In 1985, Airbus, Boeing, and McDonnell Douglas (MDC) were planning for the next round of twin-aisle jets. Boeing toyed with the idea of building a larger 767. One concept included a partial double deck, but it was a very odd design. Instead of a 747-like hump at the front of the airplane, the upper deck began at about the wing and went aft. MDC considered a stretch of its DC-10 with initial working titles of Super 50, Super 60, etc. Airbus, still in the development phase on the A320, was already planning twin-aisle, two- and four-engine aircraft under the code names TA-6 and TA-7. These would become the A330 and A340.

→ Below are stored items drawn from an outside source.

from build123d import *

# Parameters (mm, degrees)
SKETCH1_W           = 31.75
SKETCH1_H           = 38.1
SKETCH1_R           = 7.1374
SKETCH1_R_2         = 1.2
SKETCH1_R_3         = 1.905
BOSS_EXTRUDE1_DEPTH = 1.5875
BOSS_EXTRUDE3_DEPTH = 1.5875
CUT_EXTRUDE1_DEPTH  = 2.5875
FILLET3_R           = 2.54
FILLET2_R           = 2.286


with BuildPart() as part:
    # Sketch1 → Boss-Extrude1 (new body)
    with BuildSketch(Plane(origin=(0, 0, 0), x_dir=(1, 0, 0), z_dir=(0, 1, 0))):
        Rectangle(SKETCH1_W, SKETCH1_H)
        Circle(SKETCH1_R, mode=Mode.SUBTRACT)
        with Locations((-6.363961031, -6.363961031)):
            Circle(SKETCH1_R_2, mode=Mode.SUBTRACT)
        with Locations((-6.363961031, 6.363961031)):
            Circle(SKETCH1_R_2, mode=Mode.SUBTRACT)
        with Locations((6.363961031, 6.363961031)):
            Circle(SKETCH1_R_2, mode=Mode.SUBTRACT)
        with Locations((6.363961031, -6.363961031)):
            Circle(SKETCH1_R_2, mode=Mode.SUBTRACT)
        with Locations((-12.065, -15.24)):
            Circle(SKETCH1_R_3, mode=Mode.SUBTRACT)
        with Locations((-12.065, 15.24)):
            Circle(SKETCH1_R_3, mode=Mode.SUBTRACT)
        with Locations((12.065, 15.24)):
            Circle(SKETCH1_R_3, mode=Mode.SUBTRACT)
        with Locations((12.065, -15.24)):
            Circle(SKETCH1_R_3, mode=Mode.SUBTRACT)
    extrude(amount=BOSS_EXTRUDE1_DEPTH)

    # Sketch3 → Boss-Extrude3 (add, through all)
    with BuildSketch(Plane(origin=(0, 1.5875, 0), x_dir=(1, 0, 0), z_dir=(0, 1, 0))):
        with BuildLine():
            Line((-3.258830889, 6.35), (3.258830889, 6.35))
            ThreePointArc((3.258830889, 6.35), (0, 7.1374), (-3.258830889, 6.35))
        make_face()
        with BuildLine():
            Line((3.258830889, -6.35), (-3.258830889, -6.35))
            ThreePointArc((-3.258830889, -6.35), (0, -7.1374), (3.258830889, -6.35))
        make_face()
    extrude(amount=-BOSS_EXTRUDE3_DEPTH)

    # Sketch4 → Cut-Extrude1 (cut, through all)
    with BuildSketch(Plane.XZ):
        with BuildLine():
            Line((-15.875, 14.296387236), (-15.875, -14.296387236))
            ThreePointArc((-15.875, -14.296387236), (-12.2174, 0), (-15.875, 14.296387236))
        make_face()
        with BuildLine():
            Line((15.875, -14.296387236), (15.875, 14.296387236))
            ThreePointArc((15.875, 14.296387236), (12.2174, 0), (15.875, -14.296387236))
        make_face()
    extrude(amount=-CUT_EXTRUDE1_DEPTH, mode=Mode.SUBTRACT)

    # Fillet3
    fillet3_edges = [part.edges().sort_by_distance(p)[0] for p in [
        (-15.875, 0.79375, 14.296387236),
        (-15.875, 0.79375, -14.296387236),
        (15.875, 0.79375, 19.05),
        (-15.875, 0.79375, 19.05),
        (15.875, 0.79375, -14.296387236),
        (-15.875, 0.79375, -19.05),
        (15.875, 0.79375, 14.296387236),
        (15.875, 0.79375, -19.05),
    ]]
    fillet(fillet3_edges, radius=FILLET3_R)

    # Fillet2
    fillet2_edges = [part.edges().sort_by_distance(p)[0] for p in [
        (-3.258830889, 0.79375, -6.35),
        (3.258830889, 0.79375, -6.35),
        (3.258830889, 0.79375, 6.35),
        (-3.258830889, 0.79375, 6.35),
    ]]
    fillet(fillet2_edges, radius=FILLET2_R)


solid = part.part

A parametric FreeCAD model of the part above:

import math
import FreeCAD as App
import Part
import Sketcher
from FreeCAD import Vector
Q = App.Units.Quantity


def edges_at(feature, points):
    """Names of the edges that pass closest to the given points."""
    edges = feature.Shape.Edges
    near = lambda p: min(range(len(edges)), key=lambda i: edges[i].distToShape(Part.Vertex(*p))[0])
    return sorted({f"Edge{near(p) + 1}" for p in points})


def add_polygon(sketch, points):
    """Adds a closed chain of lines whose ends are joined by coincident constraints."""
    first, n = sketch.GeometryCount, len(points)
    for a, b in zip(points, points[1:] + points[:1]):
        sketch.addGeometry(Part.LineSegment(App.Vector(*a, 0), App.Vector(*b, 0)), False)
    for i in range(n):
        sketch.addConstraint(Sketcher.Constraint("Coincident", first + i, 2, first + (i + 1) % n, 1))

doc = App.newDocument("Part")
params = doc.addObject("Spreadsheet::Sheet", "Params")
for row, (alias, value) in enumerate([
    ("sketch1_diameter", "0.15 in"),
    ("sketch1_diameter2", "0.562 in"),
    ("sketch1_height", "1.5 in"),
    ("sketch1_width", "1.25 in"),
    ("pad1_length", "0.0625 in"),
    ("sketch2_radius", "0.281 in"),
    ("pad2_length", "0.0625 in"),
    ("sketch3_radius", "1.172 in"),
    ("fillet_radius", "0.1 in"),
    ("fillet2_radius", "0.09 in"),
], start=1):
    params.set(f"A{row}", alias)
    params.set(f"B{row}", "=" + value)
    params.setAlias(f"B{row}", alias)

body = doc.addObject("PartDesign::Body", "Body")

sketch1 = body.newObject("Sketcher::SketchObject", "Sketch")
sketch1.AttachmentSupport = (doc.getObject("XZ_Plane"), [""])
sketch1.MapMode = "FlatFace"
add_polygon(sketch1, [(-15.9, -19.1), (-15.9, 19.1), (15.9, 19.1), (15.9, -19.1)])
sketch1.addGeometry(Part.Circle(Vector(-12.1, 15.2, 0), Vector(0, 0, 1), 1.9), False)
sketch1.addGeometry(Part.Circle(Vector(-6.4, 6.4, 0), Vector(0, 0, 1), 1.2), False)
sketch1.addGeometry(Part.Circle(Vector(12.1, 15.2, 0), Vector(0, 0, 1), 1.9), False)
sketch1.addGeometry(Part.Circle(Vector(6.4, 6.4, 0), Vector(0, 0, 1), 1.2), False)
sketch1.addGeometry(Part.Circle(Vector(-6.4, -6.4, 0), Vector(0, 0, 1), 1.2), False)
sketch1.addGeometry(Part.Circle(Vector(-12.1, -15.2, 0), Vector(0, 0, 1), 1.9), False)
sketch1.addGeometry(Part.Circle(Vector(0, 0, 0), Vector(0, 0, 1), 7.1), False)
sketch1.addGeometry(Part.Circle(Vector(6.4, -6.4, 0), Vector(0, 0, 1), 1.2), False)
sketch1.addGeometry(Part.Circle(Vector(12.1, -15.2, 0), Vector(0, 0, 1), 1.9), False)
sketch1.addConstraint([
    Sketcher.Constraint("Vertical", 0),
    Sketcher.Constraint("Horizontal", 1),
    Sketcher.Constraint("Vertical", 2),
    Sketcher.Constraint("Horizontal", 3),
    Sketcher.Constraint("Coincident", 10, 3, -1, 1),
    Sketcher.Constraint("Equal", 4, 6),
    Sketcher.Constraint("Equal", 5, 7),
    Sketcher.Constraint("Equal", 7, 8),
    Sketcher.Constraint("Equal", 6, 9),
    Sketcher.Constraint("Equal", 8, 11),
    Sketcher.Constraint("Equal", 9, 12),
    Sketcher.Constraint("Symmetric", 7, 3, 8, 3, -1, 1),
    Sketcher.Constraint("Symmetric", 6, 3, 9, 3, -1, 1),
    Sketcher.Constraint("Symmetric", 5, 3, 11, 3, -1, 1),
    Sketcher.Constraint("Symmetric", 4, 3, 12, 3, -1, 1),
    Sketcher.Constraint("Symmetric", 0, 2, 2, 2, -1, 1),
    Sketcher.Constraint("Symmetric", 4, 3, 6, 3, -2),
    Sketcher.Constraint("Symmetric", 5, 3, 7, 3, -2),
    Sketcher.Constraint("Diameter", 4, Q("0.15 in")),
    Sketcher.Constraint("Diameter", 10, Q("0.562 in")),
    Sketcher.Constraint("DistanceY", 0, 1, 0, 2, Q("1.5 in")),
    Sketcher.Constraint("DistanceX", 1, 1, 1, 2, Q("1.25 in")),
    Sketcher.Constraint("DistanceY", -1, 1, 4, 3, Q("0.6 in")),
    Sketcher.Constraint("Diameter", 5, Q("2.4 mm")),
    Sketcher.Constraint("DistanceX", 4, 3, 6, 3, Q("0.95 in")),
    Sketcher.Constraint("DistanceX", 5, 3, -1, 1, Q("6.363961 mm")),
    Sketcher.Constraint("DistanceY", -1, 1, 5, 3, Q("6.363961 mm")),
])
sketch1.setExpression("Constraints[22]", "Params.sketch1_diameter")
sketch1.setExpression("Constraints[23]", "Params.sketch1_diameter2")
sketch1.setExpression("Constraints[24]", "Params.sketch1_height")
sketch1.setExpression("Constraints[25]", "Params.sketch1_width")
pad1 = body.newObject("PartDesign::Pad", "Pad")
pad1.Profile = sketch1
pad1.setExpression("Length", "Params.pad1_length")
pad1.Reversed = True

sketch2 = body.newObject("Sketcher::SketchObject", "Sketch001")
sketch2.AttachmentSupport = (doc.getObject("XZ_Plane"), [""])
sketch2.MapMode = "FlatFace"
sketch2.AttachmentOffset = App.Placement(Vector(0, 0, -0.0625 * 25.4), App.Rotation())
sketch2.addGeometry([
    Part.LineSegment(Vector(-3, -6, 0), Vector(3, -6, 0)),
    Part.ArcOfCircle(Part.Circle(Vector(0, 0, 0), Vector(0, 0, 1), 7), math.radians(-117), math.radians(-63)),
    Part.LineSegment(Vector(3, 6, 0), Vector(-3, 6, 0)),
    Part.ArcOfCircle(Part.Circle(Vector(0, 0, 0), Vector(0, 0, 1), 7), math.radians(63), math.radians(117)),
], False)
sketch2.addConstraint([
    Sketcher.Constraint("Coincident", 0, 1, 1, 1),
    Sketcher.Constraint("Coincident", 1, 2, 0, 2),
    Sketcher.Constraint("Coincident", 2, 1, 3, 1),
    Sketcher.Constraint("Coincident", 3, 2, 2, 2),
    Sketcher.Constraint("Horizontal", 0),
    Sketcher.Constraint("Horizontal", 2),
    Sketcher.Constraint("Coincident", 1, 3, -1, 1),
    Sketcher.Constraint("Coincident", 3, 3, -1, 1),
    Sketcher.Constraint("Equal", 1, 3),
    Sketcher.Constraint("Vertical", 1, 2, 2, 1),
    Sketcher.Constraint("Radius", 1, Q("0.281 in")),
    Sketcher.Constraint("DistanceY", 1, 2, 2, 1, Q("0.5 in")),
])
sketch2.setExpression("Constraints[10]", "Params.sketch2_radius")
pad2 = body.newObject("PartDesign::Pad", "Pad001")
pad2.Profile = sketch2
pad2.setExpression("Length", "Params.pad2_length")

sketch3 = body.newObject("Sketcher::SketchObject", "Sketch002")
sketch3.AttachmentSupport = (doc.getObject("XZ_Plane"), [""])
sketch3.MapMode = "FlatFace"
sketch3.addGeometry([
    Part.LineSegment(Vector(-16, 14, 0), Vector(-16, -14, 0)),
    Part.ArcOfCircle(Part.Circle(Vector(-42, 0, 0), Vector(0, 0, 1), 30), math.radians(-29), math.radians(29)),
    Part.LineSegment(Vector(16, -14, 0), Vector(16, 14, 0)),
    Part.ArcOfCircle(Part.Circle(Vector(42, 0, 0), Vector(0, 0, 1), 30), math.radians(151), math.radians(209)),
], False)
sketch3.addConstraint([
    Sketcher.Constraint("Coincident", 0, 1, 1, 2),
    Sketcher.Constraint("Coincident", 1, 1, 0, 2),
    Sketcher.Constraint("Coincident", 2, 1, 3, 2),
    Sketcher.Constraint("Coincident", 3, 1, 2, 2),
    Sketcher.Constraint("Vertical", 0),
    Sketcher.Constraint("Vertical", 2),
    Sketcher.Constraint("Equal", 1, 3),
    Sketcher.Constraint("Symmetric", 1, 3, 3, 3, -1, 1),
    Sketcher.Constraint("Symmetric", 1, 1, 2, 1, -2),
    Sketcher.Constraint("Radius", 1, Q("1.172 in")),
    Sketcher.Constraint("DistanceX", 1, 1, 2, 1, Q("1.25 in")),
    Sketcher.Constraint("DistanceX", 1, 3, -1, 1, Q("1.653 in")),
])
sketch3.setExpression("Constraints[9]", "Params.sketch3_radius")
pocket1 = body.newObject("PartDesign::Pocket", "Pocket")
pocket1.Profile = sketch3
pocket1.Type = "ThroughAll"
doc.recompute()

fillet = body.newObject("PartDesign::Fillet", "Fillet")
fillet.Base = (pocket1, edges_at(pocket1, [
    (-15.875, 0.794, 14.296),
    (-15.875, 0.794, -14.296),
    (15.875, 0.794, 19.05),
    (-15.875, 0.794, 19.05),
    (15.875, 0.794, -14.296),
    (-15.875, 0.794, -19.05),
    (15.875, 0.794, 14.296),
    (15.875, 0.794, -19.05),
]))
fillet.setExpression("Radius", "Params.fillet_radius")
doc.recompute()

fillet2 = body.newObject("PartDesign::Fillet", "Fillet001")
fillet2.Base = (fillet, edges_at(fillet, [
    (-3.259, 0.794, -6.35),
    (3.259, 0.794, -6.35),
    (3.259, 0.794, 6.35),
    (-3.259, 0.794, 6.35),
]))
fillet2.setExpression("Radius", "Params.fillet2_radius")

doc.recompute()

Boeing’s humpback 767 design was short-lived. It soon gave way to a wider twin-aisle, larger-capacity airplane that eventually became known as the 777. United Airlines was one of the leading contributors to Boeing’s customer input process. The initial design became known as the 777-200. There were a shorter-range “A” model and a long-range “B” model. Both seated about 301 passengers in a mixed-seating configuration. The A model’s range was 5,240 nautical miles (nm); the B model, which later was named the ER (for Extended Range), had a range of 7,065 nm. The planes’ dimensions were identical.

The Classic’s folding wingtips

One proposed feature for the 777 was the inclusion of folding wing tips to allow the plane to use some of the ramp and gate space of smaller widebody aircraft. Boeing eventually dropped the idea for weight-related and other reasons. But the idea would resurface decades later and become a key component for the next-generation 777.

Today’s notable feature of the Boeing 777-X is its folding wingtip, designed to allow the wider wingspan to fit into today’s airport gates. The idea was first conceived for the 777 Classic in the 1990s but discarded then. Credit: Leeham News.

Boeing was going to be last on the market with the 777. The MDC MD-11 and Airbus’s four-engine A340 would precede the 777. The three-engine MD-11 was essentially a stretched DC-10 with new engines, a glass cockpit, and split winglets. Even with such features, however, when the airplane went into service with American Airlines, it was a big disappointment. American ordered MD-11s and planned a major overseas expansion from its prime hub at Dallas–Fort Worth Regional Airport (DFW). DFW, situated in north Texas in the southern-middle of the United States, presented range challenges for American’s ambitions across the Pacific. When the airline received route authority from DFW to fly to Tokyo, for example, American’s long-range DC-10-30s couldn’t make the hop non-stop. The airline acquired two ex–TWA 747SPs for the route. As a shrink, the plane wasn’t as efficient as the standard 747, but it could make the 6,500-mile trip non-stop.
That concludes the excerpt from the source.